The following comments are offered in the spirit of helping the authors make the already-fine manuscript somewhat more focused and the protocol more clear and easy to follow.
On communication
It it true that much of the short-term diversity in climate model projections is due to aerosols, including future emissions distributions and how each model responds to them. Nonetheless 120 lines of introduction is more than is required. It would be useful to focus the introduction more tightly on the specific questions addressed by the MIP simulations.
The paragraphs starting on line 200 and 260 motivate but do not describe the protocol. The paragraphs should be shortened to one or two sentences and/or placed with the rest of the motivating material.

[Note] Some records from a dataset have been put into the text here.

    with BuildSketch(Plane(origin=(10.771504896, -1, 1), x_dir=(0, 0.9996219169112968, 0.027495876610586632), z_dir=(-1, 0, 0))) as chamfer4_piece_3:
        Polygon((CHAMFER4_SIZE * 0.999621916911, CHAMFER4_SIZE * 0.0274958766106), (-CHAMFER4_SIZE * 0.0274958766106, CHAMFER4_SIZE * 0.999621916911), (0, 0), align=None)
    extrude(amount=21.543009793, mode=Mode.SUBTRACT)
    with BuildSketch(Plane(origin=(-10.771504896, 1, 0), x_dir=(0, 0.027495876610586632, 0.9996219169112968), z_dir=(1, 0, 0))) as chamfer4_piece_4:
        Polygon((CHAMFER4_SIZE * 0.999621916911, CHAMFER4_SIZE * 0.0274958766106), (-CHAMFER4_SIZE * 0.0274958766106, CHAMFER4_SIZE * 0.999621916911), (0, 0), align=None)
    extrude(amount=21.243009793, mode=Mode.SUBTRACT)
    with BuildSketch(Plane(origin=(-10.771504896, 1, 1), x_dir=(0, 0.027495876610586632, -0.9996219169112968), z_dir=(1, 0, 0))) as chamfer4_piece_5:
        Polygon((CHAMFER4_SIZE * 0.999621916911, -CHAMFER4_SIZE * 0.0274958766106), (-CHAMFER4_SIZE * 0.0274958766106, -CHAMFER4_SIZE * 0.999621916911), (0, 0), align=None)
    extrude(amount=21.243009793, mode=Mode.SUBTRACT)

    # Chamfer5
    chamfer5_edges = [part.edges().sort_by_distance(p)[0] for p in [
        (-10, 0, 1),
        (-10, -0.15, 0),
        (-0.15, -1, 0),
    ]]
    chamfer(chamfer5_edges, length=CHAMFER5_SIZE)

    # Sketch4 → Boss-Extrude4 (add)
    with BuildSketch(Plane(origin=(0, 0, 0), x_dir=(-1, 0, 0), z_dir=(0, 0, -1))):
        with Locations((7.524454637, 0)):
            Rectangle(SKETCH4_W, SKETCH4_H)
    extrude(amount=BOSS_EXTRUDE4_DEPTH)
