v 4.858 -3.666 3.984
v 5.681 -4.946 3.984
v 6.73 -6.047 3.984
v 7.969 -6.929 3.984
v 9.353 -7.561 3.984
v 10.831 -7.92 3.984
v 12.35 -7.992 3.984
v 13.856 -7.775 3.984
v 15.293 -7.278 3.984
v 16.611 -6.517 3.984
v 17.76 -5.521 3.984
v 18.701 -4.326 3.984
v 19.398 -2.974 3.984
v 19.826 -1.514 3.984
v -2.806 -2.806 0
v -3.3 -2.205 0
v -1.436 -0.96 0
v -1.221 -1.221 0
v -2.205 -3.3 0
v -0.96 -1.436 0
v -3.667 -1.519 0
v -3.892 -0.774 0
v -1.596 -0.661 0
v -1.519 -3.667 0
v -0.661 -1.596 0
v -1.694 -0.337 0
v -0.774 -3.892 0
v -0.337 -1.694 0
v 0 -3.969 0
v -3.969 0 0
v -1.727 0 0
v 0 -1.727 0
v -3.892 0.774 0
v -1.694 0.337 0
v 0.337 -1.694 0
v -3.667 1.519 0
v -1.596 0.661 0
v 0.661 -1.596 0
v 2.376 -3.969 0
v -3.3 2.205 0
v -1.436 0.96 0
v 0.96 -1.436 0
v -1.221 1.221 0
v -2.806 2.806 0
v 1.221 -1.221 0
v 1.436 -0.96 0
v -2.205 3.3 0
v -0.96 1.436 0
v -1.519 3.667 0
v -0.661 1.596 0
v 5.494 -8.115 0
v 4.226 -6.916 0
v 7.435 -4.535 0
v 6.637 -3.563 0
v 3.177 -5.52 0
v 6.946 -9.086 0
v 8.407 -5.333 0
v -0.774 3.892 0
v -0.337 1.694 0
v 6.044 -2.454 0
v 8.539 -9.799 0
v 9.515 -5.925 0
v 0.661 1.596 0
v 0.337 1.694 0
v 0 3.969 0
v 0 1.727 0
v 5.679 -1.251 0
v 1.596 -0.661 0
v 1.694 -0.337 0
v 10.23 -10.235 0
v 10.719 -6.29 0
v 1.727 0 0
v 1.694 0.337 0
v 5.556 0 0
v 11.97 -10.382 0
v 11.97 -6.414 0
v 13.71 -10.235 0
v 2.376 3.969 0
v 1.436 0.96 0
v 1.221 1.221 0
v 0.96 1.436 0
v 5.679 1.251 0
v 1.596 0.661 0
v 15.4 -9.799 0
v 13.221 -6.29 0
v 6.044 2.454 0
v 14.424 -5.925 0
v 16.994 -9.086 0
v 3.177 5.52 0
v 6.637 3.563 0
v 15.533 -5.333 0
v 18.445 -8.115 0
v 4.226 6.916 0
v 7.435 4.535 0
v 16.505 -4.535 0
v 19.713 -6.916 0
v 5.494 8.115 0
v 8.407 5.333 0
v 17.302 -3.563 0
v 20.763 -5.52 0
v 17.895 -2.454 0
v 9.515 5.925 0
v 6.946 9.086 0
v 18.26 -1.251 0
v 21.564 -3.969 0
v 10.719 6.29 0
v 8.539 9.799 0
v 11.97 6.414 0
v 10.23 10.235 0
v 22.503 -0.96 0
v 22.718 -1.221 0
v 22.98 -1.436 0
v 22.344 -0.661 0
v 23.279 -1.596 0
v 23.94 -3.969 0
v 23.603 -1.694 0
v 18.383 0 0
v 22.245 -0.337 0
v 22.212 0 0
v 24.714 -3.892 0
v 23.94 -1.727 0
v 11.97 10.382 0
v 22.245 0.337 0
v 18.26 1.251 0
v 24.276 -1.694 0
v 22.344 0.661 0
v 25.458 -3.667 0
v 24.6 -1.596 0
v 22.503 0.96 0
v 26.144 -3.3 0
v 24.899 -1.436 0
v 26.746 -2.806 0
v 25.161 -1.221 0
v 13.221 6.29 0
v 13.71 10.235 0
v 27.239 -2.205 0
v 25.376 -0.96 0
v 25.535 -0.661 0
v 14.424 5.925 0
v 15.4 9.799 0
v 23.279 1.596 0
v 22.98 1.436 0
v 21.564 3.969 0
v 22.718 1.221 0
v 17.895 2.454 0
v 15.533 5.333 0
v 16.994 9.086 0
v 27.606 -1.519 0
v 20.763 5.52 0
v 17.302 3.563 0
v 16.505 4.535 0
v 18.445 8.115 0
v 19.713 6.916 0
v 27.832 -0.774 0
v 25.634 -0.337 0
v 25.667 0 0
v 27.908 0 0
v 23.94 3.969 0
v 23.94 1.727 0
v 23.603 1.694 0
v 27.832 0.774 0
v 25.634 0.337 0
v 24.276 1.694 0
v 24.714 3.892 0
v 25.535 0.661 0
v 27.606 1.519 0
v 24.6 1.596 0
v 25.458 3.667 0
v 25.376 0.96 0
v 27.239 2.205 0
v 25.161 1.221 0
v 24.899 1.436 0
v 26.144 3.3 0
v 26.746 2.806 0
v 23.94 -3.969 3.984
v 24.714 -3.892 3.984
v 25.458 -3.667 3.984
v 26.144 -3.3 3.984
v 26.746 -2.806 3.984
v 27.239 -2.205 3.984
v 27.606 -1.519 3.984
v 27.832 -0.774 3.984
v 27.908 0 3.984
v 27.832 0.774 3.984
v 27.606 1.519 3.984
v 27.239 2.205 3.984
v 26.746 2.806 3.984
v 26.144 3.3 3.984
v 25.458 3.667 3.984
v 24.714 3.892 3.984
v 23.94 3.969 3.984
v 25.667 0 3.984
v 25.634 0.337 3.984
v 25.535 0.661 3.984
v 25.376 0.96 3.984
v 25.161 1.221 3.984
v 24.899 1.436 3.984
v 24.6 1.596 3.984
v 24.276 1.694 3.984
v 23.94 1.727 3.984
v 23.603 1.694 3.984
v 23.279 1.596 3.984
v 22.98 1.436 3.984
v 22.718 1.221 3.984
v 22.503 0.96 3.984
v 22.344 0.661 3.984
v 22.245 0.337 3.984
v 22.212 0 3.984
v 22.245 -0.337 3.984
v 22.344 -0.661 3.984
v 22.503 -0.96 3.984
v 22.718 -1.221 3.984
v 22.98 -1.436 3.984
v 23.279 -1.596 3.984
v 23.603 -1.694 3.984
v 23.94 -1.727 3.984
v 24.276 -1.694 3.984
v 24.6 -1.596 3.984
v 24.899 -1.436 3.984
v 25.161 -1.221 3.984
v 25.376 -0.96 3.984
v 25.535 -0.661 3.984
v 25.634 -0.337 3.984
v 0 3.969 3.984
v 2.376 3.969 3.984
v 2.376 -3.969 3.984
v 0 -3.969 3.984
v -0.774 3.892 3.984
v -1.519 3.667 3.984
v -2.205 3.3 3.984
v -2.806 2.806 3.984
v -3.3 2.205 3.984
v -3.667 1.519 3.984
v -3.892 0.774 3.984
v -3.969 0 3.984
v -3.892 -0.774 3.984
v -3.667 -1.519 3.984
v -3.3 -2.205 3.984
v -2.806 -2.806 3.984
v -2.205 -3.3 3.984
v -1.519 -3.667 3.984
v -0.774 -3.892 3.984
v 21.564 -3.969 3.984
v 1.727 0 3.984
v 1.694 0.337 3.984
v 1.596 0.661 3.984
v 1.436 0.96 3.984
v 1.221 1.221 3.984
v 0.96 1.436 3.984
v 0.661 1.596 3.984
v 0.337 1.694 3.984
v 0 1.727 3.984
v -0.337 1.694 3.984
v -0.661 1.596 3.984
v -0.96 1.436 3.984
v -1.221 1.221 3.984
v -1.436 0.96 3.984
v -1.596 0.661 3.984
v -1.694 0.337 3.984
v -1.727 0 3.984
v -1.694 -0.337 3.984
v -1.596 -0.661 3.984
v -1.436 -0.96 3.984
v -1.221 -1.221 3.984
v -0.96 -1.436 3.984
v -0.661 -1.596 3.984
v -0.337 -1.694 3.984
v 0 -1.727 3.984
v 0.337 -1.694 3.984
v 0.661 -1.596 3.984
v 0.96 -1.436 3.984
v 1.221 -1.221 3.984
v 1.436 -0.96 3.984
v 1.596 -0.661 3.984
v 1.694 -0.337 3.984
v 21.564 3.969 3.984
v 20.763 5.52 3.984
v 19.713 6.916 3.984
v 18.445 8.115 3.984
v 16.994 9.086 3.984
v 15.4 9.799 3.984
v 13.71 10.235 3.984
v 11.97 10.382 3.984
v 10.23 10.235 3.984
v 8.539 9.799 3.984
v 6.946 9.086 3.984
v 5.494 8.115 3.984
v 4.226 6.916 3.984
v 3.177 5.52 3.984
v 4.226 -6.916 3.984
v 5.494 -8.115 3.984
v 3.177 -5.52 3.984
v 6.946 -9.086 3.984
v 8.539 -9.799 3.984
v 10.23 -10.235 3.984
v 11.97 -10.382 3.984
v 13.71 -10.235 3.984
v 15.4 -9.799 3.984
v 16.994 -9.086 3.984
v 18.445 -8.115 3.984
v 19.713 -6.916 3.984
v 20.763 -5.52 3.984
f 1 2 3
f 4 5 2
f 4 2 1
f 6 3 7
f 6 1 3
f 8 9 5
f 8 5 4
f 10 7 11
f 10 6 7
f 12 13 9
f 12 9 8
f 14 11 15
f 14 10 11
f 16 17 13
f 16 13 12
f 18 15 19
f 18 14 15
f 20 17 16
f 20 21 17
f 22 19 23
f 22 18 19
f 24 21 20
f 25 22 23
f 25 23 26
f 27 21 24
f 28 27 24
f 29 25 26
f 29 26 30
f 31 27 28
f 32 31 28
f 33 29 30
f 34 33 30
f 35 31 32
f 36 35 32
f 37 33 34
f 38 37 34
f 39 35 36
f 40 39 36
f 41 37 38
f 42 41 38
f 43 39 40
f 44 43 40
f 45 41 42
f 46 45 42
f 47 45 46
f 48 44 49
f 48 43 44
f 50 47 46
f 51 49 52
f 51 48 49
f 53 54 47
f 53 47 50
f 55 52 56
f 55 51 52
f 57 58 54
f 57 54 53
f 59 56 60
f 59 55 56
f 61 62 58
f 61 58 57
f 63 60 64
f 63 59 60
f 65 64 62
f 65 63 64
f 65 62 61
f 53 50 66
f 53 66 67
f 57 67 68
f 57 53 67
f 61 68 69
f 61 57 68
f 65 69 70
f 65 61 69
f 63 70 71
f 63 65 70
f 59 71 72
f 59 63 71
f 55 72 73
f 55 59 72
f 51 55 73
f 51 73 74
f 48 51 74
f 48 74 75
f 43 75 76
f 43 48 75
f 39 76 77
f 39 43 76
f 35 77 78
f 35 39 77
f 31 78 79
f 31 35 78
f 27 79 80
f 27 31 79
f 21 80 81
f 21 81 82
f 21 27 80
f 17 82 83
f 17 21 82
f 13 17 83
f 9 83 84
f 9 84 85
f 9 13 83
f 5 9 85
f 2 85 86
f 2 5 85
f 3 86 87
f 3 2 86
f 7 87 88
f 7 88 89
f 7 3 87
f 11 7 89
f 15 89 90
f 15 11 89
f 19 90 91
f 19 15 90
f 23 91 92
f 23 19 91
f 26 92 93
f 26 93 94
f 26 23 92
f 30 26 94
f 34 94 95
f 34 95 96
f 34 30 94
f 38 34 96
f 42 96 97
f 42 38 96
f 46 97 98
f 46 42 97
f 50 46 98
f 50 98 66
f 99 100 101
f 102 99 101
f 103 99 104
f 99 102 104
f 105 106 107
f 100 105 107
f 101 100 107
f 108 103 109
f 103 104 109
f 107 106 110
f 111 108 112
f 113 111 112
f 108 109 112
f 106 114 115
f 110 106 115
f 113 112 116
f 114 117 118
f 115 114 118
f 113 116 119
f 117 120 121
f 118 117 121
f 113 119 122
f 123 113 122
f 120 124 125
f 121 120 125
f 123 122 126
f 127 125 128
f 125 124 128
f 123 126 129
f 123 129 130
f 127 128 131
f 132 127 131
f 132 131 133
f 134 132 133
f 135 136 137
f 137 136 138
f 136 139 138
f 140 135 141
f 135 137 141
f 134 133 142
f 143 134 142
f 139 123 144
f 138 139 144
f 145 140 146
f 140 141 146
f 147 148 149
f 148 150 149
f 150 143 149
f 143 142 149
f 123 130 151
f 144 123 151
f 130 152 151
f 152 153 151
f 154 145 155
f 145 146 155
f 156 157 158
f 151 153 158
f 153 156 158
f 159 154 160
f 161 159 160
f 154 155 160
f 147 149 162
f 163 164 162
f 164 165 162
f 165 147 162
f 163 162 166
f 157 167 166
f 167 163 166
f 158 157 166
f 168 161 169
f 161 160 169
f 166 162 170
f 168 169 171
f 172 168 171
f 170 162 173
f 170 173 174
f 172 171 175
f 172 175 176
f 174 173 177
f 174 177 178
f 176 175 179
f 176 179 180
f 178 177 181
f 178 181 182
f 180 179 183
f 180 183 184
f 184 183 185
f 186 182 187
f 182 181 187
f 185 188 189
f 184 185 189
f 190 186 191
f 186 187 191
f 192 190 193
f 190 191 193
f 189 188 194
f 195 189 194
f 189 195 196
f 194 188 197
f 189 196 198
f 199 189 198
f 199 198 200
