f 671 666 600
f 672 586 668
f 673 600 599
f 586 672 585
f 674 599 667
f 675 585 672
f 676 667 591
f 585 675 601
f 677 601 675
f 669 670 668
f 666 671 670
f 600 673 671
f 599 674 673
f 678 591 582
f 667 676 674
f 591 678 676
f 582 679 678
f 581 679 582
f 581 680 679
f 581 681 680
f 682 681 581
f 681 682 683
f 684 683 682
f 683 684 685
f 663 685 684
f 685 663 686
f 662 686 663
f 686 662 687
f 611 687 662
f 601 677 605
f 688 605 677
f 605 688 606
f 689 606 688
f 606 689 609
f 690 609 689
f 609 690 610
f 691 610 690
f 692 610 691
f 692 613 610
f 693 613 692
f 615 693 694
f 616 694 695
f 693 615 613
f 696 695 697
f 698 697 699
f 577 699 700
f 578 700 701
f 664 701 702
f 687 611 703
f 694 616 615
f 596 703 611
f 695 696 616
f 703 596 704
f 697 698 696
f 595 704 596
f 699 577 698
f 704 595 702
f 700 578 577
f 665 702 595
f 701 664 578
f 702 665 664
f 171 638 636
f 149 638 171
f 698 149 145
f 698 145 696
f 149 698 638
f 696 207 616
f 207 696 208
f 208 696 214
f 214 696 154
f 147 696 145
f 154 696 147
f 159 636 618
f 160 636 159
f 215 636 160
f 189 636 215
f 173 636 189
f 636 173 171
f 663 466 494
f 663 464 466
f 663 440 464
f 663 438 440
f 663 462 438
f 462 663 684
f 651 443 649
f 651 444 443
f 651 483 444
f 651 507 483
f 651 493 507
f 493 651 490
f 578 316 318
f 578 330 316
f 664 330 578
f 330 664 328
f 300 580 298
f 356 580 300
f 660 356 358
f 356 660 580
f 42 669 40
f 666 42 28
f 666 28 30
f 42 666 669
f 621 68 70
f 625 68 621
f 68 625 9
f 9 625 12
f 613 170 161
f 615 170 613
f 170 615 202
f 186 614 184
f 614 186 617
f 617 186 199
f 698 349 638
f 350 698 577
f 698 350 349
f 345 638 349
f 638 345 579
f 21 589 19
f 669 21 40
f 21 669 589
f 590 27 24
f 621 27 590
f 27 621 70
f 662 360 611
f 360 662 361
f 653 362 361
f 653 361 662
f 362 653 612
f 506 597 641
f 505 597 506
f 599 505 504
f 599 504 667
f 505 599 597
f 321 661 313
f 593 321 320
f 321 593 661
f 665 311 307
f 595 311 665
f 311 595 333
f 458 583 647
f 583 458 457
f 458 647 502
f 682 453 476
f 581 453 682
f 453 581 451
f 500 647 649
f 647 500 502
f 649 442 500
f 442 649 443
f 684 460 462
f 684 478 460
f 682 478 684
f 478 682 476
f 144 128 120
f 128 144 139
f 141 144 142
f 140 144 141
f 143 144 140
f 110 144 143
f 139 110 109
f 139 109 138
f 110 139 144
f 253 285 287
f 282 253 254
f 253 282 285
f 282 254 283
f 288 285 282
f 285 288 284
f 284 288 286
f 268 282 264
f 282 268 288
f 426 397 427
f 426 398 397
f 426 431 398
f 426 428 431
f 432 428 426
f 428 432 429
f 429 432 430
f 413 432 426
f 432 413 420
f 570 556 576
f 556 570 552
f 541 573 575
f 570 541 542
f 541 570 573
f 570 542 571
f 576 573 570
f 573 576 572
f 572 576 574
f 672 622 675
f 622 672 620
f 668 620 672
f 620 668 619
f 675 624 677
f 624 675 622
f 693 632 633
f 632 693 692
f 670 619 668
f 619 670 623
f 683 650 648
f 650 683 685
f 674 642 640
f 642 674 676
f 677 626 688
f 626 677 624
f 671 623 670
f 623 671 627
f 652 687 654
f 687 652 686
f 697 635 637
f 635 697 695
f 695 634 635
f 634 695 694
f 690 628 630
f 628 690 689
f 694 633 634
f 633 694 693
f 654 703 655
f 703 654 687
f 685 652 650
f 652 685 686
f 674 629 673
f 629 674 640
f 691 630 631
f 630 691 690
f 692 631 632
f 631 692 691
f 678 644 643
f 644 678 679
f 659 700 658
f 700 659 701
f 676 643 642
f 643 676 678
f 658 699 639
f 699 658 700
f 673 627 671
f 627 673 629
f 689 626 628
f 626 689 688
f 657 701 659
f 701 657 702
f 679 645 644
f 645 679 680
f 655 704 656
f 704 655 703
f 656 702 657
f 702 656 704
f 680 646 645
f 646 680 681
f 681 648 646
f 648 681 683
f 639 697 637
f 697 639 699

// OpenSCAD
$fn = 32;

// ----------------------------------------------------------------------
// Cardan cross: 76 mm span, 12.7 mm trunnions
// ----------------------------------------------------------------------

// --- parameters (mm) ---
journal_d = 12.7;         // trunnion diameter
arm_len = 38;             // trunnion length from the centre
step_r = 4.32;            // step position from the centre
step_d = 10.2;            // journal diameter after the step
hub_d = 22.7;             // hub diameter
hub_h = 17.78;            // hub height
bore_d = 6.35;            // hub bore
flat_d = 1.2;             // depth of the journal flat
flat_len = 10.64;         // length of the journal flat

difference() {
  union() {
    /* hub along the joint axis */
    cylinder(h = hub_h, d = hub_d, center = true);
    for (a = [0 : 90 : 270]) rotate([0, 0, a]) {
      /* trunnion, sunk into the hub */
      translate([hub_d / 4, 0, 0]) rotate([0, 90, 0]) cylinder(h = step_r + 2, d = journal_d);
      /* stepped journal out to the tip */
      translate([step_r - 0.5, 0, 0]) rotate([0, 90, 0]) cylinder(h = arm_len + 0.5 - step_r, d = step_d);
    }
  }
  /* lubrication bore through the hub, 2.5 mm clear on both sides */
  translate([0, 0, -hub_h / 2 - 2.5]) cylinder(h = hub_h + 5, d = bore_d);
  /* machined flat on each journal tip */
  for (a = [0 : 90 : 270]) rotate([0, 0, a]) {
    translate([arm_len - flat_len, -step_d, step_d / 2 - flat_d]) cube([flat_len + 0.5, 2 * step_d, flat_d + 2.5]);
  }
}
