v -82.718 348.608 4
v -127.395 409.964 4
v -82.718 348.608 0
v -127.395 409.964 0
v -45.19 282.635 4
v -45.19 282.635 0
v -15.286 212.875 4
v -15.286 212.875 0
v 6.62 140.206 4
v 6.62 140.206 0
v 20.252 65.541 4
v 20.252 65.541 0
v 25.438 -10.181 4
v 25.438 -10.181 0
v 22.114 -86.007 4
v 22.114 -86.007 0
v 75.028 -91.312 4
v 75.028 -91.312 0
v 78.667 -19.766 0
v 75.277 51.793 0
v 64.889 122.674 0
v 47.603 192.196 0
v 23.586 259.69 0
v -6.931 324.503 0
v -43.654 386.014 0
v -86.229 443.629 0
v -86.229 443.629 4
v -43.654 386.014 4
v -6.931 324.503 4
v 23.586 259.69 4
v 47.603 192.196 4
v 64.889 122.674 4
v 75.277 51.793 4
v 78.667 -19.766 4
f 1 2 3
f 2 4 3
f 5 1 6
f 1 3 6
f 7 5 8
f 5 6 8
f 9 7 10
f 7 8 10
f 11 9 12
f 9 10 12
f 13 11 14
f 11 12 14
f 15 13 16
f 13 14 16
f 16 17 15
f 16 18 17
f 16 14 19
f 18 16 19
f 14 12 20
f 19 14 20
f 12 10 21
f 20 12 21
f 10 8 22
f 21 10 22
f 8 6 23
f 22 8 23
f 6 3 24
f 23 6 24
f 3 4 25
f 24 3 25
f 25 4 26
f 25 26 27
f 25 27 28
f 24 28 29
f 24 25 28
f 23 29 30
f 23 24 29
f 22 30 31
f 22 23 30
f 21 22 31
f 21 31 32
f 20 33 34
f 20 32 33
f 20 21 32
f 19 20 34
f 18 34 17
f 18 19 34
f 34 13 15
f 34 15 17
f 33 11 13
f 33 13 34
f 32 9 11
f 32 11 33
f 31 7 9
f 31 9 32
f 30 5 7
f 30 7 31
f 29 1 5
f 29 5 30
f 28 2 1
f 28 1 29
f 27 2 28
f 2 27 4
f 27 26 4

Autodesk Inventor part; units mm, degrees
ref_plane "YZ Plane" through (0, 0, 0) normal (1, 0, 0) x (0, 1, 0)
ref_plane "XZ Plane" through (0, 0, 0) normal (0, 1, 0) x (-1, 0, 0)
ref_plane "Work Plane1" through (0, 0, 0) normal (0, 0, 1) x (1, 0, 0)
sketch "Sketch1" plane through (0, 0, 0) normal (0, 0, 1) x (1, 0, 0)
  line L0 (-507.2437, -32.9396) -> (89.7639, -92.7893) construction
  arc A0 (22.3112, -84.0063) -> (-126.1247, 408.4057) centre (-651.3316, -18.4949) ccw construction
  line L1 (-74.7461, 453.0192) -> (-539.2143, 73.1912) construction
  line L2 (46.1596, 196.9837) -> (49.0458, 187.4093) construction
  arc A1 (75.0276, -91.312) -> (47.6027, 192.1965) centre (-651.3316, -18.4949) ccw
  arc A2 (47.6027, 192.1965) -> (-86.2286, 443.6292) centre (-651.3316, -18.4949) ccw
  arc A3 (22.1136, -86.0074) -> (-127.3954, 409.9642) centre (-651.3316, -18.4949) ccw
  line L3 (75.0276, -91.312) -> (22.1136, -86.0074)
  line L4 (-86.2286, 443.6292) -> (-127.3954, 409.9642)
  point P0 (0, 0)
extrude "Extrusion1" add sketch "Sketch1" along normal blind 4
properties part number "externalSupportRear1" material "Wood (Cherry)"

Section 4 demonstrates that changes in aerosol emissions drive different changes in radiation and precipitation across three model even in the absence of surface temperature change. The radiation changes, at least, would normally be considered part of the model-dependent forcing, not the model “response” (line 373 ff). Indeed section 4 might be better title “diversity in forcing and precipitation response” or similar.
On the protocol
It would be useful to be explicit about the time window the simulations in multiple places, including in the table captions.
It would be useful to have a small table detailing the boundaries of the regions so reader don’t need to read the captions closely.
Asking participants to create their own emissions files (Section 2.1, Supplemental Information) seems like an unnecessary opportunity for mistakes to be introduced. Could the MIP not create and distribute these files?
The MIP proposers might explain why they have adopted the RFMIP time-slice protocol rather than the protocol for computing transient ERF (3-member, fixed-SST), given the small cost relative to the coupled model experiments and the strong time evolution of the aerosol emissions.
On graphical communication
Figure 1 might replace the two right-most panels in figure 2.
Most figures contain more white space than need. In figure 2 removing repeated axis labels would be a benefit. Figures with 3x3 maps are too small to convey much information, and all the multi-map figures have loads of unnecessary space between the panels.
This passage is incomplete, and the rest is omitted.